NOTE: Each export allocates a new padded buffer. The internal CSR storage is materialized to dense format for ML framework consumption.

Example
>>> batch = tokenizer.encode(["Hello", "World!"])
>>> input_ids = torch.from_dlpack(batch.input_ids)
>>> attention_mask = torch.from_dlpack(batch.attention_mask)
>>> model(input_ids, attention_mask=attention_mask)

pad_token_id: int | None

Padding token ID used for this batch.

padding_side: str

Side for padding: "left" (default for generation) or "right".

This property is inherited from the tokenizer when the batch is created.
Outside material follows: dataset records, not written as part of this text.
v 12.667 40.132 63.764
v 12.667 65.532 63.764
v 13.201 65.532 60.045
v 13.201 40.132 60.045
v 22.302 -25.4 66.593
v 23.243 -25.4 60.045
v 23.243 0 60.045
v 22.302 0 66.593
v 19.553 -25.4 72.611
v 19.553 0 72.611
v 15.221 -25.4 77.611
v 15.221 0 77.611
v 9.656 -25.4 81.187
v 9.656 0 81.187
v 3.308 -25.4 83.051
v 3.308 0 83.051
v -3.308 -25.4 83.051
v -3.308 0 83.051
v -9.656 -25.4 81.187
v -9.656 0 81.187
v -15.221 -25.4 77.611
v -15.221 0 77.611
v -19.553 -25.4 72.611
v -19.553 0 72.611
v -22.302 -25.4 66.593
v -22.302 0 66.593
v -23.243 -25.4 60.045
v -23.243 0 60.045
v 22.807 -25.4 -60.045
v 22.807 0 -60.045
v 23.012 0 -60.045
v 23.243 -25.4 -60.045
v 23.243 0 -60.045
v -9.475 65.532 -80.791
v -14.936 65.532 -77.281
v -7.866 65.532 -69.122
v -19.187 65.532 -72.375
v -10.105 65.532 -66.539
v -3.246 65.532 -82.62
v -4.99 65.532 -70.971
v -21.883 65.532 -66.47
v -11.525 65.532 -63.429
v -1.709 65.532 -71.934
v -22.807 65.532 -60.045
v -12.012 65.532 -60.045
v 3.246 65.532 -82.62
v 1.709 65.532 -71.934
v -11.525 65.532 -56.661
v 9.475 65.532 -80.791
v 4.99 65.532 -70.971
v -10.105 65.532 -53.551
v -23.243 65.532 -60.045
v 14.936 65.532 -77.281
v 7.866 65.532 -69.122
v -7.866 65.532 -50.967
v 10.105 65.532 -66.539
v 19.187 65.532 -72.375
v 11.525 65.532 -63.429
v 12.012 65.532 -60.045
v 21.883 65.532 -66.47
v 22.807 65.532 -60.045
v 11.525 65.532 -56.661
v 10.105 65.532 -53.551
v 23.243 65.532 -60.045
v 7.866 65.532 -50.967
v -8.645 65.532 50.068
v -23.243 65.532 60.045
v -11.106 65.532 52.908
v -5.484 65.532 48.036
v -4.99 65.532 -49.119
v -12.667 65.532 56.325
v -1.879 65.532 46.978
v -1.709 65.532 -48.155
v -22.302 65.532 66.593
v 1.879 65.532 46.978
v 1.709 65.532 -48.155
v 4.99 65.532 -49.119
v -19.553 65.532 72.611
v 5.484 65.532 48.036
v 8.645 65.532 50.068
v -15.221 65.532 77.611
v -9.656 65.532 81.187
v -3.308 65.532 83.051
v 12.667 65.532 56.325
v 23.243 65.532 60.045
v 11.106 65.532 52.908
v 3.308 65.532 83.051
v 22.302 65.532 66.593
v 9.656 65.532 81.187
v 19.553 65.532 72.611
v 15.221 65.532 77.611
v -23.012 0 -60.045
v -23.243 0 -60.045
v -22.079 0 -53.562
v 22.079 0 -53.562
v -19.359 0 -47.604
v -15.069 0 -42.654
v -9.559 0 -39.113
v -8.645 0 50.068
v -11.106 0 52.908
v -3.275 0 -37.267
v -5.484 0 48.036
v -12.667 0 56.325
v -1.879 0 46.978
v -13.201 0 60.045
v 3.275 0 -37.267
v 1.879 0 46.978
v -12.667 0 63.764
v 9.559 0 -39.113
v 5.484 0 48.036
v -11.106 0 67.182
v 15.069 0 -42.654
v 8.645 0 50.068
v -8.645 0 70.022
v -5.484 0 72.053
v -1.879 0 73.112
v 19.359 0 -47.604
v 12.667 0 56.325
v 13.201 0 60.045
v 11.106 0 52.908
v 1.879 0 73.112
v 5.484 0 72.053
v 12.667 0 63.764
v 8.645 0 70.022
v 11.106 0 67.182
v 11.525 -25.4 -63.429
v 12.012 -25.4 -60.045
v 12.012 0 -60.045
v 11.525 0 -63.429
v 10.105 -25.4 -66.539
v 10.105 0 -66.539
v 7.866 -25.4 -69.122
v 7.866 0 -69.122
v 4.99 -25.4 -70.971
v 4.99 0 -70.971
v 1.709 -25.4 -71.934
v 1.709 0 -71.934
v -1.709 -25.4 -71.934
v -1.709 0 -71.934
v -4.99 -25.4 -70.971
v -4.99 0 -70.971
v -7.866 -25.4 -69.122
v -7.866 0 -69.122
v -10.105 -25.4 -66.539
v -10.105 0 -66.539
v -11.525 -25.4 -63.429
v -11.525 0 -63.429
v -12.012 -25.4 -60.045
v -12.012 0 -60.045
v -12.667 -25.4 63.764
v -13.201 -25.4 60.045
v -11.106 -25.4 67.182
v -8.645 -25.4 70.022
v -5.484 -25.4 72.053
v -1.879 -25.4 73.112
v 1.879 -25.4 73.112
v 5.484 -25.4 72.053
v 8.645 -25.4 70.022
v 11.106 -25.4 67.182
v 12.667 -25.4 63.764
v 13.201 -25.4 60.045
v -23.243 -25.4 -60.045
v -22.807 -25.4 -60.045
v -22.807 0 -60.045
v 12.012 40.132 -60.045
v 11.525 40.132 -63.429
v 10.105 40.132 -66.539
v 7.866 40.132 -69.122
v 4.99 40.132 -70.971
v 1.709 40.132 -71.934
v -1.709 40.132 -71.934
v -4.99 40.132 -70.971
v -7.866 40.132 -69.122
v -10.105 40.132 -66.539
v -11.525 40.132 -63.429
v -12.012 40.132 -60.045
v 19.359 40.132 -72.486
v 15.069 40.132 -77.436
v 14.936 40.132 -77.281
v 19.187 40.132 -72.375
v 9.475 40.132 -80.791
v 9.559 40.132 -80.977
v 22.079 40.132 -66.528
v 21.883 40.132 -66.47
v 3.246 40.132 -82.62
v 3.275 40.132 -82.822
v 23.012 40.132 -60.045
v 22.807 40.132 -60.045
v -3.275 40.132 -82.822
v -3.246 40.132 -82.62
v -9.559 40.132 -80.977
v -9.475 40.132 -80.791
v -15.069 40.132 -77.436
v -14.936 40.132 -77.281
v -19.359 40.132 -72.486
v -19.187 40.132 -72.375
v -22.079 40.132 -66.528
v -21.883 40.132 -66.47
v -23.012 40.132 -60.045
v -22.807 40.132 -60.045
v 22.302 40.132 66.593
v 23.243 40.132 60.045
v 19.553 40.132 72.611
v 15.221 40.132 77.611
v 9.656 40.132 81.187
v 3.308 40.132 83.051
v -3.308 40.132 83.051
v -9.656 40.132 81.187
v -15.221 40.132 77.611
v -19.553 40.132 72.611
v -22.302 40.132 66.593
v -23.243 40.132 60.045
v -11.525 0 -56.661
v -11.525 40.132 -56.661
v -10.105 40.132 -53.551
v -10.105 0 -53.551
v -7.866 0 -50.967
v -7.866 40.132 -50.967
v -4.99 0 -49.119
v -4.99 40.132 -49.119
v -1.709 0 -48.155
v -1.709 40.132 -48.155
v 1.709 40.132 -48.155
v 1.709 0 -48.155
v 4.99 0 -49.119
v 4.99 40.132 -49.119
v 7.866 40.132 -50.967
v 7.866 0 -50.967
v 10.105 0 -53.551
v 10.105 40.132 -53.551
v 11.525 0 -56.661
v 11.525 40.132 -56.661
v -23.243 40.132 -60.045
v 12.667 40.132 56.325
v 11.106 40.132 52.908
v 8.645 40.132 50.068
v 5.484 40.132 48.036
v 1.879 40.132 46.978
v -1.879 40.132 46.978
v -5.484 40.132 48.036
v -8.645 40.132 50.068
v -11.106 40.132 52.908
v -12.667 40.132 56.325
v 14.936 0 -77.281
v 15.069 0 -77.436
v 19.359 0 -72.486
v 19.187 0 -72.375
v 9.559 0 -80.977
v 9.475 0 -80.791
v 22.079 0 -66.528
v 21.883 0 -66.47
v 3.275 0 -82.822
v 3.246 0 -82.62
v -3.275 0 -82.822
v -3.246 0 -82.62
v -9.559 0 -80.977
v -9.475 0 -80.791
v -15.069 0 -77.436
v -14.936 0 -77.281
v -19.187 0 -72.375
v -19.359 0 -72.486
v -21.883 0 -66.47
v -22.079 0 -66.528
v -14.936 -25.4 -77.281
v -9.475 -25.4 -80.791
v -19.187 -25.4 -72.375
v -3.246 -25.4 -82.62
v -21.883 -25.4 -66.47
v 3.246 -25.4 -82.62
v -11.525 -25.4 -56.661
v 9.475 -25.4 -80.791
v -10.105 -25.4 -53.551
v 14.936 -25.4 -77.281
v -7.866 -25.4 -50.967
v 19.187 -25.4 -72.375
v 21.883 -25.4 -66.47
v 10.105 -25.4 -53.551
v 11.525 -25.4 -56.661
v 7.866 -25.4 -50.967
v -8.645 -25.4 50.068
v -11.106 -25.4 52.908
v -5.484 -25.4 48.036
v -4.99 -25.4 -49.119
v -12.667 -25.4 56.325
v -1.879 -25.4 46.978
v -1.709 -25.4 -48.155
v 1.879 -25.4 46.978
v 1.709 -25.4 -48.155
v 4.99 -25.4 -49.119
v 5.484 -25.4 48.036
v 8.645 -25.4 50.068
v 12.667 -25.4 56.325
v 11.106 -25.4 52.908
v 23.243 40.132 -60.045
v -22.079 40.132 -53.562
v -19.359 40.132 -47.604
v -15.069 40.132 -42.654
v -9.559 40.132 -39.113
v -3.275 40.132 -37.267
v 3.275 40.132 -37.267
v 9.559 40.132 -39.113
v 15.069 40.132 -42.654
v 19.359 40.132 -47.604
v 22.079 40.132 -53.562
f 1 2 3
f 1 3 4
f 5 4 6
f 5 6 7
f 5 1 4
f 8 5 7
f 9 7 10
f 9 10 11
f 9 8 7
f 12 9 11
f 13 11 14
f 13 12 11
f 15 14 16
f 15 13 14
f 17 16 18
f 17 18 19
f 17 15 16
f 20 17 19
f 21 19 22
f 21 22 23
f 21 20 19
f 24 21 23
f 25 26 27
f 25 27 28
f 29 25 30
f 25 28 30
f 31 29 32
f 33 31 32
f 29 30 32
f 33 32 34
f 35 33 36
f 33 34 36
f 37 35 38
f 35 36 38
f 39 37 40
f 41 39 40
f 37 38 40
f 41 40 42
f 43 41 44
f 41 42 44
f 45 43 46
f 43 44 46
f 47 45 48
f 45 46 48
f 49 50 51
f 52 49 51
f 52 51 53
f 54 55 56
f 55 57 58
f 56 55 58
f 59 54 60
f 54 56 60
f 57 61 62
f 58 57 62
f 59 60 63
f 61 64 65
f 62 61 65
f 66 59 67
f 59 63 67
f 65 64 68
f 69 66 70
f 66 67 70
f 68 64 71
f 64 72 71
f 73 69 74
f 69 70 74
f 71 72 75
Set this property to override padding behavior before calling to_list() or using torch.from_dlpack().

Example
>>> batch = tokenizer.encode(["Hello", "World"])
>>> batch.padding_side
'left'
>>> batch.padding_side = "right"  # Override for this batch
>>> tensor = torch.from_dlpack(batch)  # Uses right padding

total_tokens: int

Total number of tokens across all sequences.

Methods

def close(self)None

Release the native batch encoding memory.
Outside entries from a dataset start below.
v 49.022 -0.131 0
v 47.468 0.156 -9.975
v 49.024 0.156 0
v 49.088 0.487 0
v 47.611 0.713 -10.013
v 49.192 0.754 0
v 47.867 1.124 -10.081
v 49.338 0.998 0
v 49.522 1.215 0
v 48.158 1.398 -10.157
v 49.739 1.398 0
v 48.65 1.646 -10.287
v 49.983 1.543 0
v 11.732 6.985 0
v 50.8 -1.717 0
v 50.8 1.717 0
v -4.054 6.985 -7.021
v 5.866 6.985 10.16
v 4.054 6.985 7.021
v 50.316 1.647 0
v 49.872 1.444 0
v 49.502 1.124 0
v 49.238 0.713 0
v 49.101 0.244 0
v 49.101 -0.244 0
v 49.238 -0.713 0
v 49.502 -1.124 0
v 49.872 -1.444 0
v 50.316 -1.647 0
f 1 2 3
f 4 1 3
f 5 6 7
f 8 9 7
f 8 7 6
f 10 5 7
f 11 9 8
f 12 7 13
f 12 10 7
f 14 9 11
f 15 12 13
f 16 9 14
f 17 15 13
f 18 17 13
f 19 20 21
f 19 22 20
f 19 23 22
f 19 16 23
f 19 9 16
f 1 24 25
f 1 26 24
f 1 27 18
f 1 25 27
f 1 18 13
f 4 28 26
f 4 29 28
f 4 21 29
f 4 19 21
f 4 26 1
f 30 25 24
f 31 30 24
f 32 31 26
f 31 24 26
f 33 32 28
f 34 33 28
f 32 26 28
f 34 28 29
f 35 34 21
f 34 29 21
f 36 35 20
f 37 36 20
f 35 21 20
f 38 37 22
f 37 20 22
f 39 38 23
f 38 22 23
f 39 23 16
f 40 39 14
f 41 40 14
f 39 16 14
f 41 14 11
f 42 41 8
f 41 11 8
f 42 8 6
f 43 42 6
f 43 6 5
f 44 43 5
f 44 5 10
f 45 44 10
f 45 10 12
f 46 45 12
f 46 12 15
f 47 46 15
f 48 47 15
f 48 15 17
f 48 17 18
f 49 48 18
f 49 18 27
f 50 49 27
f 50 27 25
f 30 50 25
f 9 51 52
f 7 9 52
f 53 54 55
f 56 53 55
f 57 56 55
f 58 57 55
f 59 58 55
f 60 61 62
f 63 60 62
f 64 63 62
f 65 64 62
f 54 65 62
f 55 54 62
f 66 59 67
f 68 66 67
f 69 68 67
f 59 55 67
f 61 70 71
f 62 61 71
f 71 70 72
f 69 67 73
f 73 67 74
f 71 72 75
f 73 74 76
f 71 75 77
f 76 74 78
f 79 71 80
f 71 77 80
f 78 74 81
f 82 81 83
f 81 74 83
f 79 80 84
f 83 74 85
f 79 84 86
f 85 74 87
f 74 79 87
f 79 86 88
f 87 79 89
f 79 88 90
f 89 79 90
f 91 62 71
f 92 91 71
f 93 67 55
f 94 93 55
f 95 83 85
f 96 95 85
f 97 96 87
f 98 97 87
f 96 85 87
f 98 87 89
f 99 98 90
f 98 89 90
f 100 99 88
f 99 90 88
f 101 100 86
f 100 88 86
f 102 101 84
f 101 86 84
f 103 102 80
After calling close(), the BatchEncoding cannot be used for data access, DLPack export, or iteration. Safe to call multiple times (idempotent).

def keys(self)list[str]

Return available tensor keys (dict-like interface).
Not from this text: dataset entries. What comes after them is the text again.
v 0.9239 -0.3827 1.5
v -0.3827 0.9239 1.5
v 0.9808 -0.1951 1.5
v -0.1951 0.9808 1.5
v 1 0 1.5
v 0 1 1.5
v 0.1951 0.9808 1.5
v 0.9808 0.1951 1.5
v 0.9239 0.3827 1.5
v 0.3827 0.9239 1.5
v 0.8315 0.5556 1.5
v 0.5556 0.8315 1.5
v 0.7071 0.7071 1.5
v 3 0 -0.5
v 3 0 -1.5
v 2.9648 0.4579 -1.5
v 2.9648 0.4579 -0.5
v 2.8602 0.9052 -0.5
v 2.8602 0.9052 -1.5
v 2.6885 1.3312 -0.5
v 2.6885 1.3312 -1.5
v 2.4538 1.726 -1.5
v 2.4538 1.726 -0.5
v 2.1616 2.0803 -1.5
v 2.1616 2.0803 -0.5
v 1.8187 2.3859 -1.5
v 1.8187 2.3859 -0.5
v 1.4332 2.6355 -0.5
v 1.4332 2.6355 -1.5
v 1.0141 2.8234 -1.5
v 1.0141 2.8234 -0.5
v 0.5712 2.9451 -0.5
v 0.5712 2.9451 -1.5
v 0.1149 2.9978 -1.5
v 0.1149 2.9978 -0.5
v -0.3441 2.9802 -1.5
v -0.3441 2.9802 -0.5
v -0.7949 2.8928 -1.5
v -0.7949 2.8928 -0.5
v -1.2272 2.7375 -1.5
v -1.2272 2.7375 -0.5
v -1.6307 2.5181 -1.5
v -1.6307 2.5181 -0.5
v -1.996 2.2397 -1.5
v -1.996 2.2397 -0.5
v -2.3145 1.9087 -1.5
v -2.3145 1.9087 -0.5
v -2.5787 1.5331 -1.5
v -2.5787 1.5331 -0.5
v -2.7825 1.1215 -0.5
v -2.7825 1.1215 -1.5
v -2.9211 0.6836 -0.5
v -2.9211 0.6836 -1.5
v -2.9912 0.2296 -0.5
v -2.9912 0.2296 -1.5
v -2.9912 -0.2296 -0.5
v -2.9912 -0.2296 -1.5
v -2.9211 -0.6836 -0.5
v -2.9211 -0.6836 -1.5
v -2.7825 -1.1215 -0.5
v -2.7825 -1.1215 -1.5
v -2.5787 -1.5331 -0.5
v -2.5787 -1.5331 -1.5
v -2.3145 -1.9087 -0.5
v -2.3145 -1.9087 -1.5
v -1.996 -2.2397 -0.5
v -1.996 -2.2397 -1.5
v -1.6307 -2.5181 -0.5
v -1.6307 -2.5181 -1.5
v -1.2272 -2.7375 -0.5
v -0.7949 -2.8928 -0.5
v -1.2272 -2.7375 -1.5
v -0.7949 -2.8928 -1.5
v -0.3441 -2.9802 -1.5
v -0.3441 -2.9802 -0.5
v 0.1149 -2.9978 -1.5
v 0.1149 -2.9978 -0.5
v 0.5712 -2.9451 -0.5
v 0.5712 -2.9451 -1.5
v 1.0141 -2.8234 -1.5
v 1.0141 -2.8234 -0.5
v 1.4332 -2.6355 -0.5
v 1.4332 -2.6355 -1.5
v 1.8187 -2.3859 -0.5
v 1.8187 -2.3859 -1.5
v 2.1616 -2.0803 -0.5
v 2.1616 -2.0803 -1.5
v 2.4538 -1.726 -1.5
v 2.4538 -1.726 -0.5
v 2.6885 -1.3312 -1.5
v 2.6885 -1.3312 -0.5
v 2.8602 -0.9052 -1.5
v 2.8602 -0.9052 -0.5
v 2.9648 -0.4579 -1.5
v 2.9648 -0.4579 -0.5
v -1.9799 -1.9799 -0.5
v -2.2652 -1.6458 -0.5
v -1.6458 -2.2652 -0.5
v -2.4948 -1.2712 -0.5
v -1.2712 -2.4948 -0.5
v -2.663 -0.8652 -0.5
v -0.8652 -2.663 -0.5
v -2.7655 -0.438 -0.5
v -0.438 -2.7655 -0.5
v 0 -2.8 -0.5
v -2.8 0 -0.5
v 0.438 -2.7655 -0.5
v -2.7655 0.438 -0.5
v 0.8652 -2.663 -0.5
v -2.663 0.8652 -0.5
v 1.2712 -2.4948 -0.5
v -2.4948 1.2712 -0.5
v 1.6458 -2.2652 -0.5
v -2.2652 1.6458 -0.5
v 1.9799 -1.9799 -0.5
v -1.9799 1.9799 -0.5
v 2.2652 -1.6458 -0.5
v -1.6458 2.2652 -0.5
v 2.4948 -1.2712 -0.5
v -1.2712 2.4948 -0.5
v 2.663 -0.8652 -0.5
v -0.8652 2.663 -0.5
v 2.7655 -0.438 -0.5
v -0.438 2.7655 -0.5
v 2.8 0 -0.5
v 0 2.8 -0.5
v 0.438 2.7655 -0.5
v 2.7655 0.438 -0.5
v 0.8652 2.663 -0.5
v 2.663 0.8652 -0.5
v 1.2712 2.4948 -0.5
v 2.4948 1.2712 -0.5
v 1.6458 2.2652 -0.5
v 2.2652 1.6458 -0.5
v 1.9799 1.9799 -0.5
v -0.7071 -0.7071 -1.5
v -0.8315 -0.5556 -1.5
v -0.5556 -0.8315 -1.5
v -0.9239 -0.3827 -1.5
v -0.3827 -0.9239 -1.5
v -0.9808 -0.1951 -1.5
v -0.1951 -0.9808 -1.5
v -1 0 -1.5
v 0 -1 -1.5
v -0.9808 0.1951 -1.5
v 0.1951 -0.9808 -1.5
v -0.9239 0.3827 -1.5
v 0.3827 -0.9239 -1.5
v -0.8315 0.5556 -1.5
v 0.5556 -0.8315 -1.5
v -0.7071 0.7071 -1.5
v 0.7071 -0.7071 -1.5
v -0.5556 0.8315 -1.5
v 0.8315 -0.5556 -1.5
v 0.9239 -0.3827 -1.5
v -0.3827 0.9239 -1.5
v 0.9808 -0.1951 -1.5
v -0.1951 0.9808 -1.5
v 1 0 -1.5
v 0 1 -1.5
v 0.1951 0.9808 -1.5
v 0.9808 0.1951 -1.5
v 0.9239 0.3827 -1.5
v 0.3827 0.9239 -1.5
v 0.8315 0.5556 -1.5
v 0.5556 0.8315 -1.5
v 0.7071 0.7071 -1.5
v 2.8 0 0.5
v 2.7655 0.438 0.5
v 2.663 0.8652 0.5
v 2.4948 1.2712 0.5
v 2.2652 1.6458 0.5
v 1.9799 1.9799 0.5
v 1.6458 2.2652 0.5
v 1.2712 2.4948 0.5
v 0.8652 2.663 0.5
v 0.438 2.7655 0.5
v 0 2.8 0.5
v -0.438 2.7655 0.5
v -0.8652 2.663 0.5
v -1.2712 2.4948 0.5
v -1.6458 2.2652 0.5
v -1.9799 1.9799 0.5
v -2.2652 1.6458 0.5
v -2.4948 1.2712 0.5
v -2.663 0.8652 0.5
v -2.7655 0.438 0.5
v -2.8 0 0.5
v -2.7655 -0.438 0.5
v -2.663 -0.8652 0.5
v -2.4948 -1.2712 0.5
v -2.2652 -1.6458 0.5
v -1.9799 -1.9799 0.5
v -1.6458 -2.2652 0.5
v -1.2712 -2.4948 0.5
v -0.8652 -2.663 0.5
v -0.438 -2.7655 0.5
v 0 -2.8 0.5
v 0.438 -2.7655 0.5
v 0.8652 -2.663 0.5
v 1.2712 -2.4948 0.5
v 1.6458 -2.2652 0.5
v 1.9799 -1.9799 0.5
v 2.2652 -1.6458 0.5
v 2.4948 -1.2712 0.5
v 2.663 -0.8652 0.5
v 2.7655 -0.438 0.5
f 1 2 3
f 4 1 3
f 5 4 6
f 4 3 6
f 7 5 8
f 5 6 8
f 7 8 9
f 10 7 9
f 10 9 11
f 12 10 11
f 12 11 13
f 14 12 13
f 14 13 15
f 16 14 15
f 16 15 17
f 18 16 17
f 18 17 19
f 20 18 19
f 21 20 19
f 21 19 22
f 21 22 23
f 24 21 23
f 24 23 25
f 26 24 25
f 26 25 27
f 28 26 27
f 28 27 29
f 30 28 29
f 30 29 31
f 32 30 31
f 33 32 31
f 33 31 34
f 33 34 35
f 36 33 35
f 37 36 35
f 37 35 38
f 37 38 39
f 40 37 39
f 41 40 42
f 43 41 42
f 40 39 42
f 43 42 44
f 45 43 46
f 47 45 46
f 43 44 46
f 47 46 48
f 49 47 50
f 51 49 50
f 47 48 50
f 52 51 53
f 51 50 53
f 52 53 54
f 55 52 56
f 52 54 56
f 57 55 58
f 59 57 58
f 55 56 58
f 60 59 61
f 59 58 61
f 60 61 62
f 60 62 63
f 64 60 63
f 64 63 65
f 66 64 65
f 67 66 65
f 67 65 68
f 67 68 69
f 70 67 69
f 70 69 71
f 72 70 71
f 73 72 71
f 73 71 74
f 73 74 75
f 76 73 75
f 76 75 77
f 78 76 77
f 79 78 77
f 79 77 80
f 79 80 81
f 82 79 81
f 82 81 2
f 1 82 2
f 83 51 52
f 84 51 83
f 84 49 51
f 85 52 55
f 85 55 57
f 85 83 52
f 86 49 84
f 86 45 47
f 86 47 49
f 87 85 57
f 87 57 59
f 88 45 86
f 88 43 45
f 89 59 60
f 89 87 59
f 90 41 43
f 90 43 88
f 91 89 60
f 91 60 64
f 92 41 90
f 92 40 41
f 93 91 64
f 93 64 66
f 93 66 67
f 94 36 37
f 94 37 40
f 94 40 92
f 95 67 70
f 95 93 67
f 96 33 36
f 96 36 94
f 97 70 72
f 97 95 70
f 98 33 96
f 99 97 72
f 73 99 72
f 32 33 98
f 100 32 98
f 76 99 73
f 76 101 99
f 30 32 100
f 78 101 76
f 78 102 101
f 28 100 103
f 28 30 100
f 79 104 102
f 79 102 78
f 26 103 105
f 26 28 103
def lengths(self)list[int]

Get the length of each sequence in the batch.

def max_length(self)int

Get the maximum sequence length in the batch.

def to_list(
    self,
    padding: bool = True,
    pad_id: int | None = None,
    padding_side: str | None = None,
    max_length: int | None = None,
    truncation: bool = False,
    return_attention_mask: bool = True
)dict[str, list[list[int]]]

Convert batch to padded Python lists.

This is primarily useful for debugging or when you need plain Python data structures. For ML workloads, use torch.from_dlpack(batch.input_ids) and torch.from_dlpack(batch.attention_mask) directly.

Parameters
padding

If True (default), pad shorter sequences.

pad_id

Token ID to use for padding. Defaults to stored pad_token_id from tokenizer, or 0 if not set.

padding_side
  • Where to add padding tokens. Defaults to value passed to encode(), which defaults to tokenizer.padding_side.
  • "right": Pad at end (encoder models)
  • "left": Pad at start (decoder/generation models)
max_length

Maximum length to pad to. If None, uses longest sequence.

truncation

If True, truncate sequences longer than max_length.

return_attention_mask

If True (default), include attention_mask.

Returns
Dictionary with
  • "input_ids": 2D list of padded token IDs
  • "attention_mask": 2D list of masks (1=real, 0=padding)
Raises
ValidationError

If padding_side is not 'left' or 'right'.